> **Work to complete**: After finding the line containing "#282=EDGE_CURVE('',#226,#276,#281,.T.);" below, please output that line and each following one through the line containing "#314=ORIENTED_EDGE('',*,*,#313,.F.);", exactly as written.
*** Supplied records ***
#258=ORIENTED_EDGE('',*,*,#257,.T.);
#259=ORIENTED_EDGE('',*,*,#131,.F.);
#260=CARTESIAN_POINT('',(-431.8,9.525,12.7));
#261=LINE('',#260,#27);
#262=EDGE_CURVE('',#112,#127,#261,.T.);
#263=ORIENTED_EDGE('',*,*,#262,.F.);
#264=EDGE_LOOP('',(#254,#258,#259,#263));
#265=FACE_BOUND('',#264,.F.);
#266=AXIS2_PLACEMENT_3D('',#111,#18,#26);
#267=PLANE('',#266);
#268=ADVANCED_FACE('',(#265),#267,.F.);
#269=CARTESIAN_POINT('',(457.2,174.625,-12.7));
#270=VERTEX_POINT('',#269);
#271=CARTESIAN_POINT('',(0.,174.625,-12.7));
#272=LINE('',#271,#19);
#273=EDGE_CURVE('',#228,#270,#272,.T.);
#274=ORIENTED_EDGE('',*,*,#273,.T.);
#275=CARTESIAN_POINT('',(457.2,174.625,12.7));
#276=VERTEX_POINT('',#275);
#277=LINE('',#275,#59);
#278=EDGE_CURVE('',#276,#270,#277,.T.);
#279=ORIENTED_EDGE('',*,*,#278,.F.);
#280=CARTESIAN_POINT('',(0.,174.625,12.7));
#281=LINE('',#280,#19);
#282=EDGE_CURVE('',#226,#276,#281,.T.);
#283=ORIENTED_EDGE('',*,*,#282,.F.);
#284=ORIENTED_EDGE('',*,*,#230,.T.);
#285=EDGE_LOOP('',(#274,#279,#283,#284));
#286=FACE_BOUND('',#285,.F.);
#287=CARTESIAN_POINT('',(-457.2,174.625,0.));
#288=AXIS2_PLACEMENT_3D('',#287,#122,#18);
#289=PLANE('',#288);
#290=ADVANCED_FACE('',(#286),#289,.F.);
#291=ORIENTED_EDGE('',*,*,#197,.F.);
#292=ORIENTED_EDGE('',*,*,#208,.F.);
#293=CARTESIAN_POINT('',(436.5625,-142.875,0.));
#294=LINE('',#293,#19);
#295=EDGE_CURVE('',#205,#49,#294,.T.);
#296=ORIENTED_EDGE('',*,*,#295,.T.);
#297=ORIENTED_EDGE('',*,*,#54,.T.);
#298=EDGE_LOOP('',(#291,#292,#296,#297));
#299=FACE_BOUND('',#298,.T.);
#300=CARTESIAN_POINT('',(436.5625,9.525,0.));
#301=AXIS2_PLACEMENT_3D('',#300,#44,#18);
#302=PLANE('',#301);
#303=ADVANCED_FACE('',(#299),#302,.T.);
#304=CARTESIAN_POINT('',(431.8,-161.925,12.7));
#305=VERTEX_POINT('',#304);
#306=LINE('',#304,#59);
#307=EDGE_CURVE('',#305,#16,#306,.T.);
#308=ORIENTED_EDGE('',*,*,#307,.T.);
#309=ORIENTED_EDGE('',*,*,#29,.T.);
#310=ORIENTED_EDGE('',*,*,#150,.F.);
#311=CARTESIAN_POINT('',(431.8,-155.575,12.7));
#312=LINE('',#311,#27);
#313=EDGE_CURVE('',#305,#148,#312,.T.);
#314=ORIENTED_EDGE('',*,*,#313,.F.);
*** End of Supplied records ***
*** Supplied records ***
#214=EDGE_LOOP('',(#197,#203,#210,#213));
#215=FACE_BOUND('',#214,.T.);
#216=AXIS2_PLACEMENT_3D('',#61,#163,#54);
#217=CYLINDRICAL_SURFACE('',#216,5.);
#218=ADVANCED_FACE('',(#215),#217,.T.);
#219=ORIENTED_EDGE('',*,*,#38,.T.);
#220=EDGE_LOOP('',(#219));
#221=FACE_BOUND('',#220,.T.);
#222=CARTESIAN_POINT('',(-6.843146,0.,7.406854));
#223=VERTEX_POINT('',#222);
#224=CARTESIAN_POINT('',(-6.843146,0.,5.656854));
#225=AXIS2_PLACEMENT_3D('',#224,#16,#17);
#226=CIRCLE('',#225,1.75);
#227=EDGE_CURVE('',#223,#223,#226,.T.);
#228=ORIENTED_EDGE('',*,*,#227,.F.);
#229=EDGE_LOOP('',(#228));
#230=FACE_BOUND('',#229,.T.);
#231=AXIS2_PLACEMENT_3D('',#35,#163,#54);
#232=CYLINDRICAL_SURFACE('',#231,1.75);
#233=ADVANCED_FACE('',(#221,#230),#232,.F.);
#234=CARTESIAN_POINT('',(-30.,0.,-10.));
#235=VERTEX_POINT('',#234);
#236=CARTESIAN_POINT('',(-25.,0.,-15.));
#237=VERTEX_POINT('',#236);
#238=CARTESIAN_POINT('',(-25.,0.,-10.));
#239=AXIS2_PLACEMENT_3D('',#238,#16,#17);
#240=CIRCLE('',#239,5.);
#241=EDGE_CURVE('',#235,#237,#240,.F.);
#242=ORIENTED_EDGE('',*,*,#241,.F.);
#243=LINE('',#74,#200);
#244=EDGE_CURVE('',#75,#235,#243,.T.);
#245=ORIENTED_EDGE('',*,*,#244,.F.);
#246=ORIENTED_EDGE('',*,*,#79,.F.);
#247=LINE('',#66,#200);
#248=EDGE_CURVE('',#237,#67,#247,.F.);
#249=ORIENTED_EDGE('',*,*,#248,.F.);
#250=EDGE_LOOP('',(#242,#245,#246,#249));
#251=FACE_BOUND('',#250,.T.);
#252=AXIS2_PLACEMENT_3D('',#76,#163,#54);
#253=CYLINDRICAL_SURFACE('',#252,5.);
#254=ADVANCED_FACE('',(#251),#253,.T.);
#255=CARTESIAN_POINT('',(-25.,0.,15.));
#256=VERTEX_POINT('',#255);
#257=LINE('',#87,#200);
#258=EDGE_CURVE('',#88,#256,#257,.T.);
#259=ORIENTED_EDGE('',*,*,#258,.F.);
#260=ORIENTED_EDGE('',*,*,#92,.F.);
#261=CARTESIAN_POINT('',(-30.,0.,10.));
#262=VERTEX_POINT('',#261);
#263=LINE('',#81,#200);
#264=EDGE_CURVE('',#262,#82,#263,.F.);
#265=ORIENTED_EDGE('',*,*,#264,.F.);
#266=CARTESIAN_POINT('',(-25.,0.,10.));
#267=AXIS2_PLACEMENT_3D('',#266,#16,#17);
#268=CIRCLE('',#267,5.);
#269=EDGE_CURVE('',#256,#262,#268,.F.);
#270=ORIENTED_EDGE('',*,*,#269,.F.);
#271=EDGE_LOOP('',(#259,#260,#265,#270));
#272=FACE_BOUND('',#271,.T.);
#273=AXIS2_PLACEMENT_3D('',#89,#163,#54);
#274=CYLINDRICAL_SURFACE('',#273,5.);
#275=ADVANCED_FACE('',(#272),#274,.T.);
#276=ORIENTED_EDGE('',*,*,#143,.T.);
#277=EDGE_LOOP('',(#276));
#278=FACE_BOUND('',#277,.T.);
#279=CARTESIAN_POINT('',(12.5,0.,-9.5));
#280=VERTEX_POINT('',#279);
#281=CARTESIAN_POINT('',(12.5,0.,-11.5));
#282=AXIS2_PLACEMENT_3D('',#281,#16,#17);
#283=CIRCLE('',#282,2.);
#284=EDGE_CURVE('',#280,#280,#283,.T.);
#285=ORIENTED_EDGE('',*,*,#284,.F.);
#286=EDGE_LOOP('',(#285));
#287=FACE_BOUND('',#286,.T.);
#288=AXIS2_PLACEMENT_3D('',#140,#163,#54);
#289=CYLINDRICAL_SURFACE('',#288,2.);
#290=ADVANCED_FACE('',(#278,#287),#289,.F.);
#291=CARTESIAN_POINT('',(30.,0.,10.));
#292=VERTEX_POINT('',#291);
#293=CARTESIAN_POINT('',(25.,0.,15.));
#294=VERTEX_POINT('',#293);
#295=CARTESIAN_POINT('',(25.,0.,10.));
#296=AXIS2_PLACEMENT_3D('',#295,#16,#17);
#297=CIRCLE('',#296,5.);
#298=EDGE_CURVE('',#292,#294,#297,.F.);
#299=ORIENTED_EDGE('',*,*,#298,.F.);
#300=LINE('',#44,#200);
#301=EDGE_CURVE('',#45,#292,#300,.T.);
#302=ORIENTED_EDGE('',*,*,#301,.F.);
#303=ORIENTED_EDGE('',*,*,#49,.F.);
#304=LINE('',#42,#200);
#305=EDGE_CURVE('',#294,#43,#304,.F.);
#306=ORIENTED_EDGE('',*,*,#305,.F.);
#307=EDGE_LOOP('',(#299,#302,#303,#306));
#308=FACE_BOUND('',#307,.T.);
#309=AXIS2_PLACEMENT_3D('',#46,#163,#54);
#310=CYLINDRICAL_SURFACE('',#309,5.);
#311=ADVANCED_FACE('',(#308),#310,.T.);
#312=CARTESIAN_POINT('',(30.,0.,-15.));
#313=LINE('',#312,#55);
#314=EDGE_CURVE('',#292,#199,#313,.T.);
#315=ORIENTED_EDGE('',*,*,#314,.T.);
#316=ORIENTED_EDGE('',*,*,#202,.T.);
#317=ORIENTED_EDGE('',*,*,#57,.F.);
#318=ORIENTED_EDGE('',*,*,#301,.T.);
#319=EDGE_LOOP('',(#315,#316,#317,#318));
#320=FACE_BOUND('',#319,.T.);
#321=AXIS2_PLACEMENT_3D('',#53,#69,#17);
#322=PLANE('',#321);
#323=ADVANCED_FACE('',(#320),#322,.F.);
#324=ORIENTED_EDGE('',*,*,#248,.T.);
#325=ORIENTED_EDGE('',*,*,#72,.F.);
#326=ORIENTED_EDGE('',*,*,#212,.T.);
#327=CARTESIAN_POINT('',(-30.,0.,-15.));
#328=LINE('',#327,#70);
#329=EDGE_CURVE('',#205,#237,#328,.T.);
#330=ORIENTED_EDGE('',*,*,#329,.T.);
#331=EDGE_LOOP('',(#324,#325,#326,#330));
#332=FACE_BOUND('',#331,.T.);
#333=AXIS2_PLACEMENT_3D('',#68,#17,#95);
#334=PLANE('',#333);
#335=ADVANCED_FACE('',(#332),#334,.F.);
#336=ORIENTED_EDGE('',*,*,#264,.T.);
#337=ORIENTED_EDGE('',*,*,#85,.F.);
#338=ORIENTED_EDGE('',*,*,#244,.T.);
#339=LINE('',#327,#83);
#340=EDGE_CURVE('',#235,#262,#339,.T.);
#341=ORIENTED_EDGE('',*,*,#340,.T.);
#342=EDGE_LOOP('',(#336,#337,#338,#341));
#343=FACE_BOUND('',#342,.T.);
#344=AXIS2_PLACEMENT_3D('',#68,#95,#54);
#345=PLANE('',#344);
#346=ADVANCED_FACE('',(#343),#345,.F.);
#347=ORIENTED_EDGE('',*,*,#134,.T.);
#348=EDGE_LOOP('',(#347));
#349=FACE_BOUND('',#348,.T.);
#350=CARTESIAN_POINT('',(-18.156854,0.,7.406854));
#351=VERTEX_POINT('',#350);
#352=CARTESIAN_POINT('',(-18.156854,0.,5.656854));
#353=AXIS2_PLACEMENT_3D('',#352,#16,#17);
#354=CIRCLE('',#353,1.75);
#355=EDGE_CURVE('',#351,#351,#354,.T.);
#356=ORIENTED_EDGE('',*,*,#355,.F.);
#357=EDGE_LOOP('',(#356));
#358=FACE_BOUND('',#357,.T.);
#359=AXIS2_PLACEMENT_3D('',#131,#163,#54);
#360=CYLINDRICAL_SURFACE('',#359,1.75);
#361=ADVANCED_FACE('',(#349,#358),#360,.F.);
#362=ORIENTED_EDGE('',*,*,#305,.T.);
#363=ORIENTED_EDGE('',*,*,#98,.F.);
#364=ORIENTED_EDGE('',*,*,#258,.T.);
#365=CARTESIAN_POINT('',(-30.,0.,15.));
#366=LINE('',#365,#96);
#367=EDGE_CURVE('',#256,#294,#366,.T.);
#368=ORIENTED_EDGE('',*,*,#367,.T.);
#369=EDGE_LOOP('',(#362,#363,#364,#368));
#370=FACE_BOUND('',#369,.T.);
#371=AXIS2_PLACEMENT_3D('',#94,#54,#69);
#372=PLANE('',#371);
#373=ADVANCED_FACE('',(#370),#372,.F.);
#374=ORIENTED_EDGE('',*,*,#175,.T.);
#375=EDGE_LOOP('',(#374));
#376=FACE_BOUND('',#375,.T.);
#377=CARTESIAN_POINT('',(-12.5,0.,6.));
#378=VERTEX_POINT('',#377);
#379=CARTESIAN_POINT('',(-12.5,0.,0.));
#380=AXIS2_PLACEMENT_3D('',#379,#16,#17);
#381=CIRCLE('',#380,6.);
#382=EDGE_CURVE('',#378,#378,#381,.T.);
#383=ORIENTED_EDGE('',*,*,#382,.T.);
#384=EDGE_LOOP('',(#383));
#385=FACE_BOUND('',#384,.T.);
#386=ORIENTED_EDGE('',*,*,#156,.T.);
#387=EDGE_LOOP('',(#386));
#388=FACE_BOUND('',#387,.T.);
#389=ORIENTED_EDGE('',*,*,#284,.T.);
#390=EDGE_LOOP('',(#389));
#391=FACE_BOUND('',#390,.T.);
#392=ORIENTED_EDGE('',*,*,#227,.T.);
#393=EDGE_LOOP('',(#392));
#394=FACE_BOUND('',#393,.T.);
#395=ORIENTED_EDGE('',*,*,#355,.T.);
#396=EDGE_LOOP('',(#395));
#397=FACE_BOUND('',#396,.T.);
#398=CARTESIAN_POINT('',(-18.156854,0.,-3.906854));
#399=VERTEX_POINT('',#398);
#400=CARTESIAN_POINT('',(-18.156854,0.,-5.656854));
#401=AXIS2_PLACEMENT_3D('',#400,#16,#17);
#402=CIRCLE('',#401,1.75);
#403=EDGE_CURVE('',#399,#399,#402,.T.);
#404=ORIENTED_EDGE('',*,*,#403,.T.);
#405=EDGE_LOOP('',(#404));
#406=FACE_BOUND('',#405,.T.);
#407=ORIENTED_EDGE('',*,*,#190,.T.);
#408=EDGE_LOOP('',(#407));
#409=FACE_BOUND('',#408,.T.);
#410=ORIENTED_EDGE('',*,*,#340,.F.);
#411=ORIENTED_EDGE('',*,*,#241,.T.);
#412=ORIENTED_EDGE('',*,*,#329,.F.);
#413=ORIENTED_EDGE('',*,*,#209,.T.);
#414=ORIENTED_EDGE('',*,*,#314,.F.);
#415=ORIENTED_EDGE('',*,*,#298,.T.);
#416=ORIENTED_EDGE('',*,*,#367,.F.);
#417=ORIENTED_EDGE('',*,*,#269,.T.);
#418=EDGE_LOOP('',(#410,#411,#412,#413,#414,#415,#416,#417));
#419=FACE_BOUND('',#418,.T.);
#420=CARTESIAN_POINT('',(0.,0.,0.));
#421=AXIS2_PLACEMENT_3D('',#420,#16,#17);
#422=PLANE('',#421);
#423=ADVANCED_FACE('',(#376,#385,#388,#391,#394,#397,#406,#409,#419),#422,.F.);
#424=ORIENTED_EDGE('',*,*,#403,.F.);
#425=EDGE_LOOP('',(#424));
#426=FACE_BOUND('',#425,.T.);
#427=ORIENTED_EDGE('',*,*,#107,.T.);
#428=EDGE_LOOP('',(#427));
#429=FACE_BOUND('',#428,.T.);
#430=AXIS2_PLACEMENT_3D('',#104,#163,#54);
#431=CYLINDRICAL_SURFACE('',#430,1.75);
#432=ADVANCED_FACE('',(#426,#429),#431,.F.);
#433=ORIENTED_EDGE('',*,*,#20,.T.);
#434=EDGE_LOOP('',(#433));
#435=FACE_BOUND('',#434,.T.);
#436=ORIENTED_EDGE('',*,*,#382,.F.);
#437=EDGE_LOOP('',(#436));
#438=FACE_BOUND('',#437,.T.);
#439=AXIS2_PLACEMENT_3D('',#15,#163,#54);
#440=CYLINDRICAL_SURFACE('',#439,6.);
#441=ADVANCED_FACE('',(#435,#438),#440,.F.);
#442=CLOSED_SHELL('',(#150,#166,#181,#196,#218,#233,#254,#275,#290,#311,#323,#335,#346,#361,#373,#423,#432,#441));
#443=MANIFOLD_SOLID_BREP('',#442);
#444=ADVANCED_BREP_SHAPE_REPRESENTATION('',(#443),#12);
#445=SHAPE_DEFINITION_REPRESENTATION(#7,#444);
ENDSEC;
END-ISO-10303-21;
*** End of Supplied records ***
> **Response to this task**:
#282=EDGE_CURVE('',#226,#276,#281,.T.);
#283=ORIENTED_EDGE('',*,*,#282,.F.);
#284=ORIENTED_EDGE('',*,*,#230,.T.);
#285=EDGE_LOOP('',(#274,#279,#283,#284));
#286=FACE_BOUND('',#285,.F.);
#287=CARTESIAN_POINT('',(-457.2,174.625,0.));
#288=AXIS2_PLACEMENT_3D('',#287,#122,#18);
#289=PLANE('',#288);
#290=ADVANCED_FACE('',(#286),#289,.F.);
#291=ORIENTED_EDGE('',*,*,#197,.F.);
#292=ORIENTED_EDGE('',*,*,#208,.F.);
#293=CARTESIAN_POINT('',(436.5625,-142.875,0.));
#294=LINE('',#293,#19);
#295=EDGE_CURVE('',#205,#49,#294,.T.);
#296=ORIENTED_EDGE('',*,*,#295,.T.);
#297=ORIENTED_EDGE('',*,*,#54,.T.);
#298=EDGE_LOOP('',(#291,#292,#296,#297));
#299=FACE_BOUND('',#298,.T.);
#300=CARTESIAN_POINT('',(436.5625,9.525,0.));
#301=AXIS2_PLACEMENT_3D('',#300,#44,#18);
#302=PLANE('',#301);
#303=ADVANCED_FACE('',(#299),#302,.T.);
#304=CARTESIAN_POINT('',(431.8,-161.925,12.7));
#305=VERTEX_POINT('',#304);
#306=LINE('',#304,#59);
#307=EDGE_CURVE('',#305,#16,#306,.T.);
#308=ORIENTED_EDGE('',*,*,#307,.T.);
#309=ORIENTED_EDGE('',*,*,#29,.T.);
#310=ORIENTED_EDGE('',*,*,#150,.F.);
#311=CARTESIAN_POINT('',(431.8,-155.575,12.7));
#312=LINE('',#311,#27);
#313=EDGE_CURVE('',#305,#148,#312,.T.);
#314=ORIENTED_EDGE('',*,*,#313,.F.);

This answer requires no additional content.